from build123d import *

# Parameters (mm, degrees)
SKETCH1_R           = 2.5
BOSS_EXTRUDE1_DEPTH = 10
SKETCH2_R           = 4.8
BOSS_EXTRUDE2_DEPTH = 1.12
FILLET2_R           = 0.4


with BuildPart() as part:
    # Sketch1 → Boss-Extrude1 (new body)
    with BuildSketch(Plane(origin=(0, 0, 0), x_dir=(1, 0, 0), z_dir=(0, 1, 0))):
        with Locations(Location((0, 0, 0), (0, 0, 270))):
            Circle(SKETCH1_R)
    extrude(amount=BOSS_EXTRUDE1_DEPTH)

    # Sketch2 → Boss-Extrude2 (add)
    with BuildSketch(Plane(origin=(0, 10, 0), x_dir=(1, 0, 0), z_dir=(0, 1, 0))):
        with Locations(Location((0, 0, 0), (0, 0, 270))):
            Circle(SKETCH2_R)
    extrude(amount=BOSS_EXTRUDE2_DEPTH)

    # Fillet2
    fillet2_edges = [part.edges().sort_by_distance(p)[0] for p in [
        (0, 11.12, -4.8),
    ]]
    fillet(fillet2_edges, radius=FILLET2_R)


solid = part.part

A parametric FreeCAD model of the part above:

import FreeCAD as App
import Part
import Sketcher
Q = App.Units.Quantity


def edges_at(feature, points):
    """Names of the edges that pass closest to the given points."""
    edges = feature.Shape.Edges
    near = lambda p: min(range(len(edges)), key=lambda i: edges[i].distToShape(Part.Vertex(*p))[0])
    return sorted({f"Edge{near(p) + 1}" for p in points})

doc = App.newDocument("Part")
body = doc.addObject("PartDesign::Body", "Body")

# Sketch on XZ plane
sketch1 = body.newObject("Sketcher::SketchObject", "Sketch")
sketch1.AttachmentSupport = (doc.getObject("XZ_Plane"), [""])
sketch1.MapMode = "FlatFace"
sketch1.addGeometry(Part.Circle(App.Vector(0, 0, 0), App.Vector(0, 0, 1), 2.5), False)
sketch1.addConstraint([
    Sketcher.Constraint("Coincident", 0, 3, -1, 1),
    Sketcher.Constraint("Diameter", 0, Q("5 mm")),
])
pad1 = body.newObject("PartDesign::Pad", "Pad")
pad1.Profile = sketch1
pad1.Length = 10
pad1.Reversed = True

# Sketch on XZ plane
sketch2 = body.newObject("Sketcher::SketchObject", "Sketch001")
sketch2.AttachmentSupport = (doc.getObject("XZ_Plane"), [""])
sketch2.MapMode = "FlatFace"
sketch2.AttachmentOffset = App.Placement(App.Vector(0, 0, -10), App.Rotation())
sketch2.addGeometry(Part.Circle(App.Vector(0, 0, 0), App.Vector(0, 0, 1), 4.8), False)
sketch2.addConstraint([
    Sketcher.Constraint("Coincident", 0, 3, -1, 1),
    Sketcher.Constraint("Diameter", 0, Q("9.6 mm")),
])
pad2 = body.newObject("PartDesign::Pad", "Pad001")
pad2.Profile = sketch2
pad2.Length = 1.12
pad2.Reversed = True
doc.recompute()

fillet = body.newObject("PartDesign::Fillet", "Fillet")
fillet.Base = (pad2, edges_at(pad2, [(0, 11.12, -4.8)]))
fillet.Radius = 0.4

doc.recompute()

...

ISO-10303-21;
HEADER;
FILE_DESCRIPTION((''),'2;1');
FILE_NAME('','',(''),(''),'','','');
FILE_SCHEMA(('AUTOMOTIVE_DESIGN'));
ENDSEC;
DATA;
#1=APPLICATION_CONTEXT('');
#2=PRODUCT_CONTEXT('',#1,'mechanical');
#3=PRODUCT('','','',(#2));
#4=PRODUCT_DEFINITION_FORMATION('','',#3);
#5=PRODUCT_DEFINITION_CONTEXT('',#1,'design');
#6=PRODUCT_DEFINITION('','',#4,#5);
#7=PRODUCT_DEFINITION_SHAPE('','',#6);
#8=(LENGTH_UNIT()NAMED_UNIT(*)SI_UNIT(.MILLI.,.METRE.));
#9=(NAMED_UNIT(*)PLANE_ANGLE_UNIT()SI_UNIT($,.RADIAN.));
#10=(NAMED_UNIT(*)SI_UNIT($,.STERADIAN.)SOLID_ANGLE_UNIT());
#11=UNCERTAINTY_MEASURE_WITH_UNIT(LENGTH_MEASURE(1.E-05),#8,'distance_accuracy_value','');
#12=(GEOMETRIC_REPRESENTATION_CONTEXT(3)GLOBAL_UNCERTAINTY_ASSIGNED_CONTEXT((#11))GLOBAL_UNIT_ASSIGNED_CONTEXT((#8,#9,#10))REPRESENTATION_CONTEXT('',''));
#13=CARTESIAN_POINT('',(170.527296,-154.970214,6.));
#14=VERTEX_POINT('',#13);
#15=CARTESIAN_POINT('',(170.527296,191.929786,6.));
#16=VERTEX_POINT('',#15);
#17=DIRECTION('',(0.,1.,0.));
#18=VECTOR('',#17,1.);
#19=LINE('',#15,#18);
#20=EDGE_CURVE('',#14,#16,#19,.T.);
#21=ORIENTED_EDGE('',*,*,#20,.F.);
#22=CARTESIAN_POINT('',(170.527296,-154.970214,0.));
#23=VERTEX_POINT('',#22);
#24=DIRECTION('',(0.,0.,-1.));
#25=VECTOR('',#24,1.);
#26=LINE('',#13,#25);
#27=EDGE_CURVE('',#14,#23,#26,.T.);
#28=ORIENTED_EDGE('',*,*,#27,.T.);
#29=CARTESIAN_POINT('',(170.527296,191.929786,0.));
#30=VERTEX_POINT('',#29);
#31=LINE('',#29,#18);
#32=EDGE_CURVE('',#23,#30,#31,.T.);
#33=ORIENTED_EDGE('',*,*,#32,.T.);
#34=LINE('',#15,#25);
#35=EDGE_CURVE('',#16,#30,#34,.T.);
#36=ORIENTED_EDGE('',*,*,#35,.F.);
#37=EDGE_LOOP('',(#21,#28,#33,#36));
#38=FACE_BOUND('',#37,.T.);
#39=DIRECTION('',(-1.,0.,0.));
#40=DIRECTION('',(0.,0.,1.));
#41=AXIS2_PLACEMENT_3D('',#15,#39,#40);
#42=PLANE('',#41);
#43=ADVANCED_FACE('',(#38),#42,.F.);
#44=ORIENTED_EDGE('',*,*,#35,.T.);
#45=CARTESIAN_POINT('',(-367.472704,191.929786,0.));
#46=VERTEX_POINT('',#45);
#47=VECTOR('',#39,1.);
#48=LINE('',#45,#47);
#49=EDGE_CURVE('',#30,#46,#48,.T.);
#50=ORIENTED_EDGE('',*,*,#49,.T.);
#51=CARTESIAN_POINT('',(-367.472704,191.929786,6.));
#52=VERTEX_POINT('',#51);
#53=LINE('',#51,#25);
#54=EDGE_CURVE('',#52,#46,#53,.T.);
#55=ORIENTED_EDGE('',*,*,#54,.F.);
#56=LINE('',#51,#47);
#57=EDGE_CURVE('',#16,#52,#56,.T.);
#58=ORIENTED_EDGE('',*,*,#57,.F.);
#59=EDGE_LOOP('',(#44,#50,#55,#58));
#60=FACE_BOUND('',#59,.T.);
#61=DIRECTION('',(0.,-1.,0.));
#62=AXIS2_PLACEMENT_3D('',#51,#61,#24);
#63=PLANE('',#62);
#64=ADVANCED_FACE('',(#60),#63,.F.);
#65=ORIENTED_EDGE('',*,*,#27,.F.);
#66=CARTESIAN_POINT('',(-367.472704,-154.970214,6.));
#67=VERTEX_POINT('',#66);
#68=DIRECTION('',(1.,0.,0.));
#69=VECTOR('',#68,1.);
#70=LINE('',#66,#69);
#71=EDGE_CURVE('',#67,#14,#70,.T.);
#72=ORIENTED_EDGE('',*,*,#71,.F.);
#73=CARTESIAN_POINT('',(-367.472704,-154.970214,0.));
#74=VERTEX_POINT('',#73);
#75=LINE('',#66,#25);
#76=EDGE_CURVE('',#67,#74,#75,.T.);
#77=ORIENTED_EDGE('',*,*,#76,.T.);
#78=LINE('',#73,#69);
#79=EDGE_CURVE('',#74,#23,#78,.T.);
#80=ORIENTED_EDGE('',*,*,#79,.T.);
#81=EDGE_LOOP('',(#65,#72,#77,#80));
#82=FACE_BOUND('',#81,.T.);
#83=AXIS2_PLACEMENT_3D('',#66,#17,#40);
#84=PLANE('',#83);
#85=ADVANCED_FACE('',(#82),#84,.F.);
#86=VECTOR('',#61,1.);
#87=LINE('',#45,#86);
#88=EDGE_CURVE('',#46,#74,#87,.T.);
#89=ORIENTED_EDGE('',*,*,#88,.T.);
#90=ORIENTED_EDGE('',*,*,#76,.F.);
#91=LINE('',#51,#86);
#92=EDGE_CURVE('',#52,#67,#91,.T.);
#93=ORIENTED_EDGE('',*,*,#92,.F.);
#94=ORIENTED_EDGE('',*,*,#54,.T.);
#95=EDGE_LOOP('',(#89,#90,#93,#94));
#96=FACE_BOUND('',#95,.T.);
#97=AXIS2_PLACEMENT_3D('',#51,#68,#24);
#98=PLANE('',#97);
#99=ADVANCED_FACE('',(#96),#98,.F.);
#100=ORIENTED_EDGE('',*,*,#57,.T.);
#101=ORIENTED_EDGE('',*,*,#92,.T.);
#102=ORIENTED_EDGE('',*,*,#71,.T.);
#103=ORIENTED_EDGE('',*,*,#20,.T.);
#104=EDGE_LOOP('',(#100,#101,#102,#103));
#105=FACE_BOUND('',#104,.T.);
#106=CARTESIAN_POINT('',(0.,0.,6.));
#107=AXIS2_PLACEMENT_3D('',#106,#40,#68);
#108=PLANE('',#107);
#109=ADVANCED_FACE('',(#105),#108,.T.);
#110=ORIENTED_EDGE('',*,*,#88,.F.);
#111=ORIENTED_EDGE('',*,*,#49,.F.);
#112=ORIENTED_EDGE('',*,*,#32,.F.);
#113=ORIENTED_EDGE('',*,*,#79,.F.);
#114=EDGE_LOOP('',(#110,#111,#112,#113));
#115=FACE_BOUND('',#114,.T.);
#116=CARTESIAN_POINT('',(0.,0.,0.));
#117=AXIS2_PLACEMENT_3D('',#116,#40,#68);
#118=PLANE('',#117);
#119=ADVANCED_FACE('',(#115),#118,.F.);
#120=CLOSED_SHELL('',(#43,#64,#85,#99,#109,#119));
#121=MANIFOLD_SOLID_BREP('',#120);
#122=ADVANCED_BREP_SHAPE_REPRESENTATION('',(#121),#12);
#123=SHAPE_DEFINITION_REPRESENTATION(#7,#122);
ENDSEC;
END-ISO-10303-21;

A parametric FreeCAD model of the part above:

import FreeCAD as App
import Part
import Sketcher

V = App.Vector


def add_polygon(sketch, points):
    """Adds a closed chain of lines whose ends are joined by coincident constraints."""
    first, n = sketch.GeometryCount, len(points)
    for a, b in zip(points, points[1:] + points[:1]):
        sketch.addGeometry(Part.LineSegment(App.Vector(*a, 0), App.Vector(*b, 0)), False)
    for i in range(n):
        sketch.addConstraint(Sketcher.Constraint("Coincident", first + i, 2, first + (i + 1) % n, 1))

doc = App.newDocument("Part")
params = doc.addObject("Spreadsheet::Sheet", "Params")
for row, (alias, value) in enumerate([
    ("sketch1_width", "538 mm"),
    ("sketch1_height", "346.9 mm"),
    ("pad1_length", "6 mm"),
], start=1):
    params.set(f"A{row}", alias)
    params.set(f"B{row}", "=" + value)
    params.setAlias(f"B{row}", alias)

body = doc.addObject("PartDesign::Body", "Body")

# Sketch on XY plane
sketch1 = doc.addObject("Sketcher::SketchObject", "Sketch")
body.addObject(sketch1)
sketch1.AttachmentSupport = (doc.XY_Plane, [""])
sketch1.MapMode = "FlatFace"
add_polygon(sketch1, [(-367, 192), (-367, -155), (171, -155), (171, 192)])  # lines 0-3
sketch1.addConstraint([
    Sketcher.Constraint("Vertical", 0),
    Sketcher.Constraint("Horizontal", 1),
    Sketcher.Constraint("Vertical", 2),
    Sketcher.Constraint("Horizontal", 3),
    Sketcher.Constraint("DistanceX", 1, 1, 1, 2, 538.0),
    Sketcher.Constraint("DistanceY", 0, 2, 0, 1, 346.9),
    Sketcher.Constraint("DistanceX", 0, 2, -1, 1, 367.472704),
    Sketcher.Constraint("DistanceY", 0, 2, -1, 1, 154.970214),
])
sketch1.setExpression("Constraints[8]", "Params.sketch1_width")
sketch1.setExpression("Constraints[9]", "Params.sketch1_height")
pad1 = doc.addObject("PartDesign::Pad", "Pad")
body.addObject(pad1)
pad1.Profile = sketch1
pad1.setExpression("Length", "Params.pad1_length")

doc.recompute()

REQUIRED WORK: When the line with "#10=(NAMED_UNIT(*)SI_UNIT($,.STERADIAN.)SOLID_ANGLE_UNIT());" is reached in the data above, start copying there, and copy each line exactly until the line with "#14=VERTEX_POINT('',#13);" has been copied; copy nothing else.

TASK ANSWER:
#10=(NAMED_UNIT(*)SI_UNIT($,.STERADIAN.)SOLID_ANGLE_UNIT());
#11=UNCERTAINTY_MEASURE_WITH_UNIT(LENGTH_MEASURE(1.E-05),#8,'distance_accuracy_value','');
#12=(GEOMETRIC_REPRESENTATION_CONTEXT(3)GLOBAL_UNCERTAINTY_ASSIGNED_CONTEXT((#11))GLOBAL_UNIT_ASSIGNED_CONTEXT((#8,#9,#10))REPRESENTATION_CONTEXT('',''));
#13=CARTESIAN_POINT('',(170.527296,-154.970214,6.));
#14=VERTEX_POINT('',#13);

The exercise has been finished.